I was expecting the quiz to be very general where the answer can apply to almost anyone. Most of the answers though were completely, completely inaccurate.


----------



## Ode to Trees (Aug 25, 2011)

My results: 
ColorQuiz.com - The free five minute personality test!

The only true part: Your Stress Sources "Wishes for freedom and independence, free from limitations and restrictions except for the ones she choices to give himself." Only that


----------



## mjtheglitterqueen (Mar 13, 2015)

_THESE are the things I pretty much totally agree with that it says._
anything in red....explains itself; LOL


Your Existing Situation

"Is strong willed and unwilling to take advice from others; however, _finds herself currently in a dangerous situation which finding a solution should be top priority_." 
this ties in with me needing to find a better escape [which is stated below]

Your Stress Sources

"_Sensitive, gentle, and emotional; having a strong need to find some sort of magical harmony and beauty_. Artistic in nature, she longs to find a partner who finds these things important as well; however, having trouble finding such a perfect person. _Keeps a close eye on her emotions and how much of herself is given to others. she must always know where she stands with others and longs to be regarded with respect._ her taste are geared to the artistically beautiful and refined, but she can be harsh and critical of works of art and creativity. Yearns to make friends with those who can help build her intelligence and artistic ability."
What I have always longed to find in a partner...was not about artistic in nature. I was always searching for the one who made/brought/taught/shared/gave me *BALANCE*...and it took me almost 35 years to find her! (Her name is Betz). 

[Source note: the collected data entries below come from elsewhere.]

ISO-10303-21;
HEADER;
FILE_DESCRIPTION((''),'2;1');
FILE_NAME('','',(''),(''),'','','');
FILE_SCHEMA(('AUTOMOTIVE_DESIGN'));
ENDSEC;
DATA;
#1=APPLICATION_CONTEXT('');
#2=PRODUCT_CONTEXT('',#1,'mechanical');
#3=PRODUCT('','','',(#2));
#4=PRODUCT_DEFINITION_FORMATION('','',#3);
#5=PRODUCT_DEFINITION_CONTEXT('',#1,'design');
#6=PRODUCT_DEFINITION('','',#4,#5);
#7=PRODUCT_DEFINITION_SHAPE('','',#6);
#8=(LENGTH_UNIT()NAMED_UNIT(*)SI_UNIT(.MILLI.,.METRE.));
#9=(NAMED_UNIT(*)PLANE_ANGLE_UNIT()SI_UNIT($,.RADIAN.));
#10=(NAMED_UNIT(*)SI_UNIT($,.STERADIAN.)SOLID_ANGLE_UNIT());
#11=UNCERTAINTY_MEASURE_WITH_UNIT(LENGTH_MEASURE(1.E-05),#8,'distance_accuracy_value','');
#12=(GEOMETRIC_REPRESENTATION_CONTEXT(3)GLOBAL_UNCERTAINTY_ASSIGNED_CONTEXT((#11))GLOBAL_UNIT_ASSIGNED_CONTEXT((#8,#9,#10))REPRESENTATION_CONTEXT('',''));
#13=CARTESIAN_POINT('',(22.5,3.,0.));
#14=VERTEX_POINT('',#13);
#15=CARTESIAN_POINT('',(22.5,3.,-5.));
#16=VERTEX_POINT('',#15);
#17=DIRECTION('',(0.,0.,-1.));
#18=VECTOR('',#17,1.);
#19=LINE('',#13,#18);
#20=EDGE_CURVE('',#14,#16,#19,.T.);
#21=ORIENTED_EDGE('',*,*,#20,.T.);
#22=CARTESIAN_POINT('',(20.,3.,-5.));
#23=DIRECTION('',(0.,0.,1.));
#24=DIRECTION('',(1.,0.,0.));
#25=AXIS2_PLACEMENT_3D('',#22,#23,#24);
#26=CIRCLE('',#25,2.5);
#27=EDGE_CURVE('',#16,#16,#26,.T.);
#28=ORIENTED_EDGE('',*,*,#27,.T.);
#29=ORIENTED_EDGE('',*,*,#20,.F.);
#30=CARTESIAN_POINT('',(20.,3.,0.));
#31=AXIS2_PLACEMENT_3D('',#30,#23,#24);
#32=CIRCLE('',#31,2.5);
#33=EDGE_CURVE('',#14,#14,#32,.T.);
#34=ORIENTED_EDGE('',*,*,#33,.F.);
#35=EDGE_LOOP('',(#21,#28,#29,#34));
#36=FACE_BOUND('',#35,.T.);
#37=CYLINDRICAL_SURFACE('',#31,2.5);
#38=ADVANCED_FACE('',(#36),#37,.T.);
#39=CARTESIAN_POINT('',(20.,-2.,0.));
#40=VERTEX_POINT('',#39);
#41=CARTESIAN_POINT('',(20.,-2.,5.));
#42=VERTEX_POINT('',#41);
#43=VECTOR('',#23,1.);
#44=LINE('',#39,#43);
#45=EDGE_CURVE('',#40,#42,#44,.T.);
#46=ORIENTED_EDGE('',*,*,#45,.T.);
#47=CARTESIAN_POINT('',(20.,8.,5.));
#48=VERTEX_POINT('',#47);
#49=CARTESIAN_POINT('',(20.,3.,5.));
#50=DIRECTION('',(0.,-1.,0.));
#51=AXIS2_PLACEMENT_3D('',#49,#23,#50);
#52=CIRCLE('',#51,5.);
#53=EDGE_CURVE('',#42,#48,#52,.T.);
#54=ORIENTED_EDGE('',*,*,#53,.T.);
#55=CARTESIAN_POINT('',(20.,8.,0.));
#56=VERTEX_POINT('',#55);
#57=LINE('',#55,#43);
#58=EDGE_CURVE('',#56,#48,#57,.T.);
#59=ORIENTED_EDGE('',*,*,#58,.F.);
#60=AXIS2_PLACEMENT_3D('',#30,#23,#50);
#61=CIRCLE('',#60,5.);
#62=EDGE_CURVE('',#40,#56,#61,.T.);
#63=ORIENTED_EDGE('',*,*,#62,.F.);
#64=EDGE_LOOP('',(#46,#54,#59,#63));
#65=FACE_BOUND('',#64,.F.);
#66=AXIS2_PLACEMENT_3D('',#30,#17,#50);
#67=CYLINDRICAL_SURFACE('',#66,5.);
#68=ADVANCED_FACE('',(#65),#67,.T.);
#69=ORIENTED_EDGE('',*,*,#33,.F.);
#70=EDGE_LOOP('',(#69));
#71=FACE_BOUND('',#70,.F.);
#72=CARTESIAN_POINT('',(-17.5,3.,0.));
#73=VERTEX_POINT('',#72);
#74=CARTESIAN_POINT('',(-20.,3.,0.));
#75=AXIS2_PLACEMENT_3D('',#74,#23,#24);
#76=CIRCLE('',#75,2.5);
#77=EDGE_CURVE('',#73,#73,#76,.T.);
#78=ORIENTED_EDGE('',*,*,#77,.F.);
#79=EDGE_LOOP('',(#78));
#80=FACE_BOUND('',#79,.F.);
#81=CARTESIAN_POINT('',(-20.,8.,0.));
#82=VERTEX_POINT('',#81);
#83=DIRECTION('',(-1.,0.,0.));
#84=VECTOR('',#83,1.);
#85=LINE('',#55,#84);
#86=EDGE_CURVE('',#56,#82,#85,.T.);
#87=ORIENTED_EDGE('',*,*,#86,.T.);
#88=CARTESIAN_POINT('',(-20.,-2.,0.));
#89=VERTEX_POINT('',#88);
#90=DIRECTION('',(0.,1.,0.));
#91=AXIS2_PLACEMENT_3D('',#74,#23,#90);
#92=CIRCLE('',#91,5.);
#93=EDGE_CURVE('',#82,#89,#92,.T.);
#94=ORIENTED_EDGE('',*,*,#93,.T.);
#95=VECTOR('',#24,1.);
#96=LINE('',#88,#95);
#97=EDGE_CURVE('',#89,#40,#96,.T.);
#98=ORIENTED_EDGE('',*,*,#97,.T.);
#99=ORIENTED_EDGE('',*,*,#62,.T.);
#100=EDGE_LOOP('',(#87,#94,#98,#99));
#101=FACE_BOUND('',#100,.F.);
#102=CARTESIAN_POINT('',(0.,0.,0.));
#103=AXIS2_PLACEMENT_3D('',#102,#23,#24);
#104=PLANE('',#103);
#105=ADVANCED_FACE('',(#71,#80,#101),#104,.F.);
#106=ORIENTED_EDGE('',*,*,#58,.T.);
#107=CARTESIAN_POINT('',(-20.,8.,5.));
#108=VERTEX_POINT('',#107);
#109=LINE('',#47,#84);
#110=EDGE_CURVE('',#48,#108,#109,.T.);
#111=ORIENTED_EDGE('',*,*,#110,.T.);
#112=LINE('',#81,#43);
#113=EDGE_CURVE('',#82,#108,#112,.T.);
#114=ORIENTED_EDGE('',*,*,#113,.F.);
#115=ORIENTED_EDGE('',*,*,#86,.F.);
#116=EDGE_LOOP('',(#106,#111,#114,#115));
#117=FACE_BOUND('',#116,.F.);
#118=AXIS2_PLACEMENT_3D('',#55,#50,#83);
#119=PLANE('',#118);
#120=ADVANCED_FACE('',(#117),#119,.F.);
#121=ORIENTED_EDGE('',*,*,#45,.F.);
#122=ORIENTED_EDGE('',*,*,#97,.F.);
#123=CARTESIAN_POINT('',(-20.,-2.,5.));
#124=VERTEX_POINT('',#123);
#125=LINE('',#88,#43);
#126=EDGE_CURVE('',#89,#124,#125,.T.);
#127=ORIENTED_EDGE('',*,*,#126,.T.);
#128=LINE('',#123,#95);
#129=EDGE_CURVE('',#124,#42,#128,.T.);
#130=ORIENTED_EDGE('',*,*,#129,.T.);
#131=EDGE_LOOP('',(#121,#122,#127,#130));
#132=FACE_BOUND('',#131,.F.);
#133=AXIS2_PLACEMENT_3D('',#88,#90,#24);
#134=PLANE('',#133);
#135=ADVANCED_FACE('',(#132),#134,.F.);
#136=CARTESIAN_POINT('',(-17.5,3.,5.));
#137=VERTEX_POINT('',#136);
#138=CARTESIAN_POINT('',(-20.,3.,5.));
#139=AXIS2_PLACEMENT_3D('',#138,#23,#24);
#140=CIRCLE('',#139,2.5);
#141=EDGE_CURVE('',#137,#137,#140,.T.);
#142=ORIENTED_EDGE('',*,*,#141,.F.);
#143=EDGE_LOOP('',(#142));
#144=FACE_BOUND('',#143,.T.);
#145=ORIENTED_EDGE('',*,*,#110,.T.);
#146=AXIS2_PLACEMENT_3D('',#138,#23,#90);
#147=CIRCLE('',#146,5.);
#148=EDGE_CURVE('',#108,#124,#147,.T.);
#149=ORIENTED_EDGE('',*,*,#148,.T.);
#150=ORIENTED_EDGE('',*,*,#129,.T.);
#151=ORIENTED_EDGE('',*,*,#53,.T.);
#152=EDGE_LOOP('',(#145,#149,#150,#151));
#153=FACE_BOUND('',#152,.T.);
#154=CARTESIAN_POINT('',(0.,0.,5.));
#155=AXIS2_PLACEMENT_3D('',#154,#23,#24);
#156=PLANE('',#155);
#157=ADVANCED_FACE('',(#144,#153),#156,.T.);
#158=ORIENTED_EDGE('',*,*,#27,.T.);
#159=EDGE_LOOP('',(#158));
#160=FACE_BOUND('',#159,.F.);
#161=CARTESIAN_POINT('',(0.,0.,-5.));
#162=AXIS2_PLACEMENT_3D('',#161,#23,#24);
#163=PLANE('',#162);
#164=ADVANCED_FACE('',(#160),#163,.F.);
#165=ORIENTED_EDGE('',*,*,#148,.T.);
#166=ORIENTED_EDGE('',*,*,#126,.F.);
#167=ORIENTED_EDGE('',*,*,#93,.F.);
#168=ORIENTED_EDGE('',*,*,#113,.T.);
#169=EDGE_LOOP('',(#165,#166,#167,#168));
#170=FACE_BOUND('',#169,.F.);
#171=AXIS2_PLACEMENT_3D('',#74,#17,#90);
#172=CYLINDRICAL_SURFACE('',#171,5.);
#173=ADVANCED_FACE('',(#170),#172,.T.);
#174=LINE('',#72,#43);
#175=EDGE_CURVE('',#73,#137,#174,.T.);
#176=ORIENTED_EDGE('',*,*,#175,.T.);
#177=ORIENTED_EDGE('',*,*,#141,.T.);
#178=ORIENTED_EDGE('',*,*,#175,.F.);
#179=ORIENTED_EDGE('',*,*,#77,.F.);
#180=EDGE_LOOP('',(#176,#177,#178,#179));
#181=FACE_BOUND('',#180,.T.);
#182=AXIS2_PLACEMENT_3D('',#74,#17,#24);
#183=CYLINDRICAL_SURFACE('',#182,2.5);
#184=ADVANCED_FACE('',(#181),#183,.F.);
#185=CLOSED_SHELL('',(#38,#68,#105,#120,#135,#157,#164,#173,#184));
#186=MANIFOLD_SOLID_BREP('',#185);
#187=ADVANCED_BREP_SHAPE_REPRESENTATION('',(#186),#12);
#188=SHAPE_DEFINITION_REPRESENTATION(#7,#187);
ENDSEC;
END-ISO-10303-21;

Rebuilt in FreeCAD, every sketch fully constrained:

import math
import FreeCAD as App
import Part
import Sketcher
from FreeCAD import Vector
Q = App.Units.Quantity

doc = App.newDocument("Part")
body = doc.addObject("PartDesign::Body", "Body")

# Sketch on XY plane
sketch1 = doc.addObject("Sketcher::SketchObject", "Sketch")
body.addObject(sketch1)
sketch1.AttachmentSupport = (doc.XY_Plane, [""])
sketch1.MapMode = "FlatFace"
sketch1.addGeometry([
    Part.ArcOfCircle(Part.Circle(Vector(-20, 3, 0), Vector(0, 0, 1), 5), math.radians(90), math.radians(270)),  # 0
    Part.LineSegment(Vector(-20, -2, 0), Vector(20, -2, 0)),  # 1
    Part.ArcOfCircle(Part.Circle(Vector(20, 3, 0), Vector(0, 0, 1), 5), math.radians(-90), math.radians(90)),  # 2
    Part.LineSegment(Vector(20, 8, 0), Vector(-20, 8, 0)),  # 3
    Part.Circle(Vector(-20, 3, 0), Vector(0, 0, 1), 2.5),  # 4
], False)
sketch1.addConstraint([
    Sketcher.Constraint("Tangent", 0, 2, 1, 1),
    Sketcher.Constraint("Tangent", 1, 2, 2, 1),
    Sketcher.Constraint("Tangent", 2, 2, 3, 1),
    Sketcher.Constraint("Tangent", 3, 2, 0, 1),
    Sketcher.Constraint("Horizontal", 1),
    Sketcher.Constraint("Horizontal", 3),
    Sketcher.Constraint("Coincident", 4, 3, 0, 3),
    Sketcher.Constraint("Diameter", 4, Q("5 mm")),
    Sketcher.Constraint("Radius", 0, Q("5 mm")),
    Sketcher.Constraint("DistanceX", 1, 1, 1, 2, Q("40 mm")),
    Sketcher.Constraint("DistanceX", 0, 3, -1, 1, Q("20 mm")),
    Sketcher.Constraint("DistanceY", -1, 1, 0, 3, Q("3 mm")),
])
pad1 = doc.addObject("PartDesign::Pad", "Pad")
body.addObject(pad1)
pad1.Profile = sketch1
pad1.Length = 5

# Sketch on XY plane
sketch2 = doc.addObject("Sketcher::SketchObject", "Sketch001")
body.addObject(sketch2)
sketch2.AttachmentSupport = (doc.XY_Plane, [""])
sketch2.MapMode = "FlatFace"
sketch2.addGeometry(Part.Circle(Vector(20, 3, 0), Vector(0, 0, 1), 2.5), False)
sketch2.addConstraint([
    Sketcher.Constraint("Diameter", 0, Q("5 mm")),
    Sketcher.Constraint("DistanceX", -1, 1, 0, 3, Q("20 mm")),
    Sketcher.Constraint("DistanceY", -1, 1, 0, 3, Q("3 mm")),
])
pad2 = doc.addObject("PartDesign::Pad", "Pad001")
body.addObject(pad2)
pad2.Profile = sketch2
pad2.Length = 5
pad2.Reversed = True

doc.recompute()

Your Restrained Characteristics

_Giving more than she is getting back and feels misunderstood and unappreciated. Feels she is being forced into compromising and even her close relationships leave her feeling emotional distant.

Is feeling emotionally drained from stressful and tense situations. she is in need of peace and quiet in order to overcome her lack of energy and may become irritable if she does not recover.
_
Conceited and is easily insulted. Holds back emotionally but is able to find satisfaction through sexual activity.
I'm faaaaaar from conceited & usually NOT easily insulted. I find more satisfaction IN *not* holding back my emotions; NOT through sexual activity.

Your Desired Objective

_"Has too many problems and difficulties in her life at the moment, causing reckless and foolish decisions to be made. *she needs to find a better escape before she causes her own self-destruction*_."
very.scary.how.ACCURATE.this.is.!.

Your Actual Problem

"_Her personality is such that she analyzes and examines everything with harsh judgment, which is viewed as an attitude of harsh criticism and disapproval. Fails to take into consideration all the facts when making her judgment_s. "
I waaaaay over think evvvverything; my thoughts have thoughts...when I'm analyzing & examining everything the only *HARSH* judgements I make are internally & about MYSELF. 

Your Actual Problem #2

"_Struggles with her need for respect and admiration from others; feels she needs to make a name for herself and stand out from the crowd. _she acts out by insisting she be the center of attention, and _refuses to step back, stand down, or take on a minor, insignificant role_."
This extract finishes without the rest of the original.